It's time for Apple to look at owning factories again

Toshiba plant to make LCD panels for Apple: report | Reuters.

Apple will invest in a portion of the investment for the factory, the Nikkei said.

This is one of the more interesting news items I’ve seen for a while.

[UPDATE] Toshiba denies rumor Apple will invest in mobile display subsidiary

There was a time when Apple designed and owned factories. From an interview with John Sculley:

That went all the way through to the systems when he built the Macintosh factory. It was supposed to be the first automated factory but what it really was a final assembly and test factory with a  pick-to-pack robotic automation. It is not as novel today as it was 25 years ago, but I can remember when the CEO of General Motors along with  Ross Perot came out just to look at the  Macintosh factory.

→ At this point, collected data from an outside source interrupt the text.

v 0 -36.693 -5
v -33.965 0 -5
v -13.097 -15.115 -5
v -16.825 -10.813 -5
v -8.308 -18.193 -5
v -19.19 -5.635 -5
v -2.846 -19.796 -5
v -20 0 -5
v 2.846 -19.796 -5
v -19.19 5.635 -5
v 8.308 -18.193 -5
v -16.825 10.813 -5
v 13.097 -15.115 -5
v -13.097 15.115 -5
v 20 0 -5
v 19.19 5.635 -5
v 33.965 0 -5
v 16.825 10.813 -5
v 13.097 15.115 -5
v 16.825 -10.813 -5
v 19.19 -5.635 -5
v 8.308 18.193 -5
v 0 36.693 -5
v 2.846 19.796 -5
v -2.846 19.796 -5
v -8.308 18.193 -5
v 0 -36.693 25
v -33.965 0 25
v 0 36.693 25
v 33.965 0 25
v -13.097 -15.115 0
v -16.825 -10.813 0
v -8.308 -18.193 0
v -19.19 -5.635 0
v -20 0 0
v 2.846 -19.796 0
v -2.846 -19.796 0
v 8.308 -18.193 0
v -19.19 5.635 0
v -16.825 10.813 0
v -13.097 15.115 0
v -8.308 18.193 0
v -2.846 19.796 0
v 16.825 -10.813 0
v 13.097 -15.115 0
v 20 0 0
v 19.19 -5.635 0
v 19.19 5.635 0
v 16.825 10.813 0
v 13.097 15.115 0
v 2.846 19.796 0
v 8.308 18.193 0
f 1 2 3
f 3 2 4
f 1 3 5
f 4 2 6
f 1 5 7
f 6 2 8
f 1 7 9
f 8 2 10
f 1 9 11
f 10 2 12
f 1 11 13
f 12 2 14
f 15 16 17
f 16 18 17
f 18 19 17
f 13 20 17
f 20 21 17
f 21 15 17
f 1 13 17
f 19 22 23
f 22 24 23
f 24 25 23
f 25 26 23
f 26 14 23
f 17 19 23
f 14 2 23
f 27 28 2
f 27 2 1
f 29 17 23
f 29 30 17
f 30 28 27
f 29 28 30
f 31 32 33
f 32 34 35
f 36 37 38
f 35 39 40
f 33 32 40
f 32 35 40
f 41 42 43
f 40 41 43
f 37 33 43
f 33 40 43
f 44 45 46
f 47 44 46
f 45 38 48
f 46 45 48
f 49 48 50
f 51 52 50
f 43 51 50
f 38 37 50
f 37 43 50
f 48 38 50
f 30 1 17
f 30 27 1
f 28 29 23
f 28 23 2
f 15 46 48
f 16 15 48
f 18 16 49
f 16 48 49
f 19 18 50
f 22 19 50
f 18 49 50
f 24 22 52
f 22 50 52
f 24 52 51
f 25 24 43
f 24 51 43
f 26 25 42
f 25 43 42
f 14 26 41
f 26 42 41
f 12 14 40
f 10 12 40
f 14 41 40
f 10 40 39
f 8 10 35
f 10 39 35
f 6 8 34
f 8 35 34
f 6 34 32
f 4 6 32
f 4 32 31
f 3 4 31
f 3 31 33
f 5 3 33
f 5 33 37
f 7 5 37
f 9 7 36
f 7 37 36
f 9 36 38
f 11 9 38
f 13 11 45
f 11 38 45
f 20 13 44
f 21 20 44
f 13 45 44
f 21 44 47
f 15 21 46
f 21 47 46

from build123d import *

# Parameters (mm, degrees)
F0_R      = 20
F1_DEPTH  = 25
F2_DEPTH  = 10
F3_DEPTH  = 15
F4_DEPTH  = 25
F5_DEPTH  = 5
F6_DEPTH  = 10
F7_DEPTH  = 10
F5_FACE_R = 20
F8_DEPTH  = 10


with BuildPart() as f1:
    # F0 (on Top) → F1 (new body)
    with BuildSketch(Plane.XY):
        Polygon((33.9652827231, 0), (0, 36.6927727154), (-33.9652827231, 0), (0, -36.6927727154), align=None)
        Circle(F0_R, mode=Mode.SUBTRACT)
    extrude(amount=F1_DEPTH)

    # F0 (on Top) → F2 (join)
    with BuildSketch(Plane.XY):
        Polygon((33.9652827231, 0), (0, 36.6927727154), (-33.9652827231, 0), (0, -36.6927727154), align=None)
        Circle(F0_R, mode=Mode.SUBTRACT)
    extrude(amount=F2_DEPTH)

    # F0 (on Top) → F3 (join)
    with BuildSketch(Plane.XY):
        Polygon((33.9652827231, 0), (0, 36.6927727154), (-33.9652827231, 0), (0, -36.6927727154), align=None)
        Circle(F0_R, mode=Mode.SUBTRACT)
        Circle(F0_R)
    extrude(amount=F3_DEPTH)

    # F0 (on Top) → F4 (join)
    with BuildSketch(Plane.XY):
        Circle(F0_R)
    extrude(amount=F4_DEPTH)

    # F0 (on Top) → F5 (join)
    with BuildSketch(Plane.XY):
        Polygon((33.9652827231, 0), (0, 36.6927727154), (-33.9652827231, 0), (0, -36.6927727154), align=None)
        Circle(F0_R, mode=Mode.SUBTRACT)
    extrude(amount=-F5_DEPTH)

    # F0 (on Top) → F6 (join)
    with BuildSketch(Plane.XY):
        Circle(F0_R)
    extrude(amount=F6_DEPTH)

    # F0 (on Top) → F7 (join)
    with BuildSketch(Plane.XY):
        Circle(F0_R)
    extrude(amount=F7_DEPTH)

    # F0 (on Top) + F5_face (on face) → F8 (join)
    with BuildSketch(Plane.XY):
        Circle(F0_R)
    with BuildSketch(Plane(origin=(0, 0, -5), x_dir=(1, 0, 0), z_dir=(0, 0, -1))):
        Polygon((0, 36.6927727154), (-33.9652827231, 0), (0, -36.6927727154), (33.9652827231, 0), align=None)
        Circle(F5_FACE_R, mode=Mode.SUBTRACT)
    extrude(amount=F8_DEPTH, dir=(0, 0, 1))


solid = f1.part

All we were doing was final assembly and test but it was done so beautifully. It was as well thought through in design as a factory–a lights out factory requiring many people–as the products were.

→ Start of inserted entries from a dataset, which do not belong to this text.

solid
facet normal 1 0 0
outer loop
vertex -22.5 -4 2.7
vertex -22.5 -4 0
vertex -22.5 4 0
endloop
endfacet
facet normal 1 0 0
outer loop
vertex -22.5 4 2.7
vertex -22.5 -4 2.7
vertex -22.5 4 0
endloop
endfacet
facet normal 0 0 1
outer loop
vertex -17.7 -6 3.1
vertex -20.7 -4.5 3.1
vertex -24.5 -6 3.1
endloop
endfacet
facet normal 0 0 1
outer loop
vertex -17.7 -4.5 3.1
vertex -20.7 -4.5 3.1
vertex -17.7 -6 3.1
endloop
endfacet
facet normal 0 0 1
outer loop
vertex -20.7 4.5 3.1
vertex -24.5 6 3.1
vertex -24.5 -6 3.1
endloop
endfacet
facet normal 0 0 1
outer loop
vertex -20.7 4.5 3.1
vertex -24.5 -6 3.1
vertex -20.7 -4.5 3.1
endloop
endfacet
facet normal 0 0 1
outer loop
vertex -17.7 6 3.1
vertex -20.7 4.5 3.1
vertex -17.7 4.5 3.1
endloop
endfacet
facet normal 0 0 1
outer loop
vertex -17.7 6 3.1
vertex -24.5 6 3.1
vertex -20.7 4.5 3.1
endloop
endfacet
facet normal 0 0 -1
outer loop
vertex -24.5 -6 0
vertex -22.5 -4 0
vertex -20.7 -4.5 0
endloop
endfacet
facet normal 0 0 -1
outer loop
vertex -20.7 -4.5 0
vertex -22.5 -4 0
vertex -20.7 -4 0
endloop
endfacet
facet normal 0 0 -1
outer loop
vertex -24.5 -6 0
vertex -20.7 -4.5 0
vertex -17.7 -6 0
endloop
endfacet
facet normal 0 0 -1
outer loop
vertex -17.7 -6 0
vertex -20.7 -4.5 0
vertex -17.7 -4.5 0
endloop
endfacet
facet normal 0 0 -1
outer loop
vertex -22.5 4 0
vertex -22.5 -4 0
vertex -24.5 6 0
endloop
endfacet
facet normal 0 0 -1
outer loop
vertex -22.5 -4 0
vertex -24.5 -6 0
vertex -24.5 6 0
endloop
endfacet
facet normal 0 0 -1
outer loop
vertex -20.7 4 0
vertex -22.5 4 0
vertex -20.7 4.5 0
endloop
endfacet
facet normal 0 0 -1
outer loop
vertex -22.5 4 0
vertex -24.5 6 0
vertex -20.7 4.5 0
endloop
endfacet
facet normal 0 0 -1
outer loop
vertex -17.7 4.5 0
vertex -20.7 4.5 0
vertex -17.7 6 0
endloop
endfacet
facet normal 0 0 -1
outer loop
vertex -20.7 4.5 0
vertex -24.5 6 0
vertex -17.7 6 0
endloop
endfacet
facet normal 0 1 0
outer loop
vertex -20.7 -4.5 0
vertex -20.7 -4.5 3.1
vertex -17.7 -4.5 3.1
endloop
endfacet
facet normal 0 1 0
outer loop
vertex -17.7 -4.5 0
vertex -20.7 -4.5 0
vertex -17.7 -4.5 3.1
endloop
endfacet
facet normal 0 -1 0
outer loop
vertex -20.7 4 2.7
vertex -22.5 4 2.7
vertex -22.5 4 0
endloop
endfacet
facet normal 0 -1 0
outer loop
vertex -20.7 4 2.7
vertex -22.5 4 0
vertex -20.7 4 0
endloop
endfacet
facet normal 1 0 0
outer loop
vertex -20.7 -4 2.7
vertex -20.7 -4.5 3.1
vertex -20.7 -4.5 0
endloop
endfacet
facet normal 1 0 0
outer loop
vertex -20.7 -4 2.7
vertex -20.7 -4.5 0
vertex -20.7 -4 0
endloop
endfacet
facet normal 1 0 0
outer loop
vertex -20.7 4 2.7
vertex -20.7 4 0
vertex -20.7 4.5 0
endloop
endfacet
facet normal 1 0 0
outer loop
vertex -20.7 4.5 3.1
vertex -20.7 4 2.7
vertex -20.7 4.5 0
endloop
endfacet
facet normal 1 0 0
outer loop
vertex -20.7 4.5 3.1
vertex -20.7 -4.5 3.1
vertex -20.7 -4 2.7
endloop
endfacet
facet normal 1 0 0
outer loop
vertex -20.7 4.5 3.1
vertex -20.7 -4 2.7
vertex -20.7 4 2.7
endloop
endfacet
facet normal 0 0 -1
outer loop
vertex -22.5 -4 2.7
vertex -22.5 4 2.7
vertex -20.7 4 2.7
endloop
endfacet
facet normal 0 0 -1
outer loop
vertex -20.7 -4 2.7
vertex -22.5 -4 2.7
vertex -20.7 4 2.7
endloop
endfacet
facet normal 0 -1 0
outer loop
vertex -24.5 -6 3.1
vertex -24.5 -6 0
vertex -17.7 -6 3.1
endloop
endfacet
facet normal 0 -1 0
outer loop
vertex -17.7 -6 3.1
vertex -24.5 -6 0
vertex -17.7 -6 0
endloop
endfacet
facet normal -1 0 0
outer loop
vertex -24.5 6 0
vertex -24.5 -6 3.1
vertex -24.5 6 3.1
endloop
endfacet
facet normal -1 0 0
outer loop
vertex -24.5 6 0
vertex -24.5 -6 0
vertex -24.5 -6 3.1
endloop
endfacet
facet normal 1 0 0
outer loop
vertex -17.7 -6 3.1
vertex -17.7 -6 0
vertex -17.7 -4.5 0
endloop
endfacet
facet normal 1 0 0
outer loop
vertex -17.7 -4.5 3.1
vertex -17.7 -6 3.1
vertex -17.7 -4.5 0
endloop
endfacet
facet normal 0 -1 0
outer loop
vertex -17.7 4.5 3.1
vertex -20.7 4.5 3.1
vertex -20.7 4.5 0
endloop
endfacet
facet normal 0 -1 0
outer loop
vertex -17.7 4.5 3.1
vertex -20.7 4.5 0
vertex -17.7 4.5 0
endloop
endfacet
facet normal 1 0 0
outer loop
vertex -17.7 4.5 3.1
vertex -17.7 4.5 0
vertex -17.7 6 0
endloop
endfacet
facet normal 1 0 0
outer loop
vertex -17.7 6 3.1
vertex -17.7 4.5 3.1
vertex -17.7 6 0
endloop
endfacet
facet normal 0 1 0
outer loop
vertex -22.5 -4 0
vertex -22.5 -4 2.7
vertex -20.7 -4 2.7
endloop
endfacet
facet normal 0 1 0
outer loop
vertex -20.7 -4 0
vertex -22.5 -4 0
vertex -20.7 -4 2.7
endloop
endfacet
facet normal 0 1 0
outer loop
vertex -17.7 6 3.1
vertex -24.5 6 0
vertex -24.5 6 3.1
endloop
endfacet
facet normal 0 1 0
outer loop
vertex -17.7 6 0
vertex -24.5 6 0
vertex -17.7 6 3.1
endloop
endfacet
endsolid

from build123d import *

# Parameters (mm, degrees)
SKETCH1_W           = 6.8
SKETCH1_H           = 12
SKETCH1_W_2         = 2.8
SKETCH1_H_2         = 8
BOSS_EXTRUDE2_DEPTH = 2.7
SKETCH2_W           = 6.8
SKETCH2_H           = 12
BOSS_EXTRUDE3_DEPTH = 0.4
SKETCH3_W           = 3
SKETCH3_H           = 9
CUT_EXTRUDE1_DEPTH  = 26.413775792


with BuildPart() as part:
    # Sketch1 → Boss-Extrude2 (new body)
    with BuildSketch(Plane.XY):
        with Locations((-21.1, 0)):
            Rectangle(SKETCH1_W, SKETCH1_H)
        with Locations((-21.1, 0)):
            Rectangle(SKETCH1_W_2, SKETCH1_H_2, mode=Mode.SUBTRACT)
    extrude(amount=BOSS_EXTRUDE2_DEPTH)

    # Sketch2 → Boss-Extrude3 (add)
    with BuildSketch(Plane.XY.offset(2.7)):
        with Locations((-21.1, 0)):
            Rectangle(SKETCH2_W, SKETCH2_H)
    extrude(amount=BOSS_EXTRUDE3_DEPTH)

    # Sketch3 → Cut-Extrude1 (cut, through all)
    with BuildSketch(Plane.XY.offset(3.1)):
        with Locations((-19.2, 0)):
            Rectangle(SKETCH3_W, SKETCH3_H)
    extrude(amount=-CUT_EXTRUDE1_DEPTH, mode=Mode.SUBTRACT)


solid = part.part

During the 90s the manufacturing function moved outside Apple’s ownership umbrella. It was more economical, more flexible and more scaleable to outsource manufacturing to Asia. The time has come to rethink this.

For the past few decades outsourced manufacturing has grown in scale and scope as prices fell and quality increased. However there are signs that this global web of suppliers and assemblers is reaching a point of disruptive change.

Press attention has focused on labor practices, pay structures and the enormity of factory towns where literally millions of workers are employed and housed. As is often the case press attention only hints at some causality and as such misses the point. Journalists looking for a story about child labor or suicidal workers might serve us better by putting the spotlight on the fact that factory towns are not competitive.

centralized Manufacturing is not good enough for the coming mobile computing disruption

The real problem with Chinese factory towns is that they are not flexible enough. By concentrating facilities and workers, electronics manufacturers have improved on measures of scale and quality but are still only able to ramp up and down on individual products once or twice per year. This does not meet the need to increase responsiveness to markets and the pace of development and design. It also reaches some critical overweight mass. Capacity cannot double or triple again to meet the need of six billion consumers. There are signs that the business model must change.

Typically a product is born in Product Marketing, progresses through Design, R&D and then to Manufacturing and finally to Sales. Each of these stages of development has to be re-started for each new product, often in a pipeline fashion. However, some of these stages are increasing their cycle times while others are at their limits. This limits the throughput of the whole chain. If, for example, R&D can put out two product designs in the space it takes for one Sales cycle then they need to be tasked with different product while they wait for “capacity” in Sales to catch up.

My contention is that the bottleneck in device product development is now manufacturing. The evidence is that Apple (among many others) cannot meet demand. Sometimes it’s a lack of components, but often there is a forecast error and capacity is simply not allocated. What I also see is that this bottleneck is not solvable with the current value chain architecture. When there are 5 billion consumers of platform devices, centralized factory town manufacturing does not match the cycle time of either design or of consumption.

The answer to low capacity is more investment in more lines of production, more workers and more suppliers. However the problem is that this takes time. The window of opportunity for a product is less than six months.

Consider the iPhone product cycle. A new variant goes into development 18 months to two years before it’s launched. It’s ready for manufacturing a few months before launch. The R&D team is off making the next version long before the product hits any shelves. The cycle time for R&D changes unpredictably. Sometimes it slips, sometimes it may be shorter because the changes are minor. Perhaps marketing sees the need to react to changing market conditions. However, manufacturing plods along at an inflexible rate.

How can it be fixed?

I’m not an expert in this area, but as a student of disruption I see signs of opportunity to re-engineer the manufacturing business model. The patterns from history are plain to see: Centralized systems get broken down and re-aligned with new bases of competition. Value chains disintegrate and re-integrate as profit algorithms change.

The new algorithm says you need to ramp production quickly (up and down) and to increase “product turns” from one to two each year. Each ramp needs to be even bigger than they are now. Maybe by a factor of two. Products should be built closer to where they are consumed to drive costs and delays out of transportation and tariffs. Carbon footprints need to be reduced.

Sounds daunting. But the rewards could be enormous. The business model may need re-definition. By owning the means of production, the value added can be shifted to another point (i.e. production can be run at a loss in exchange for higher margins elsewhere.)

All this requires capital. Lots of it. Apple has it. I see no better use for it than to re-define production as a synchronized development module.

It’s time to look at owning factories again.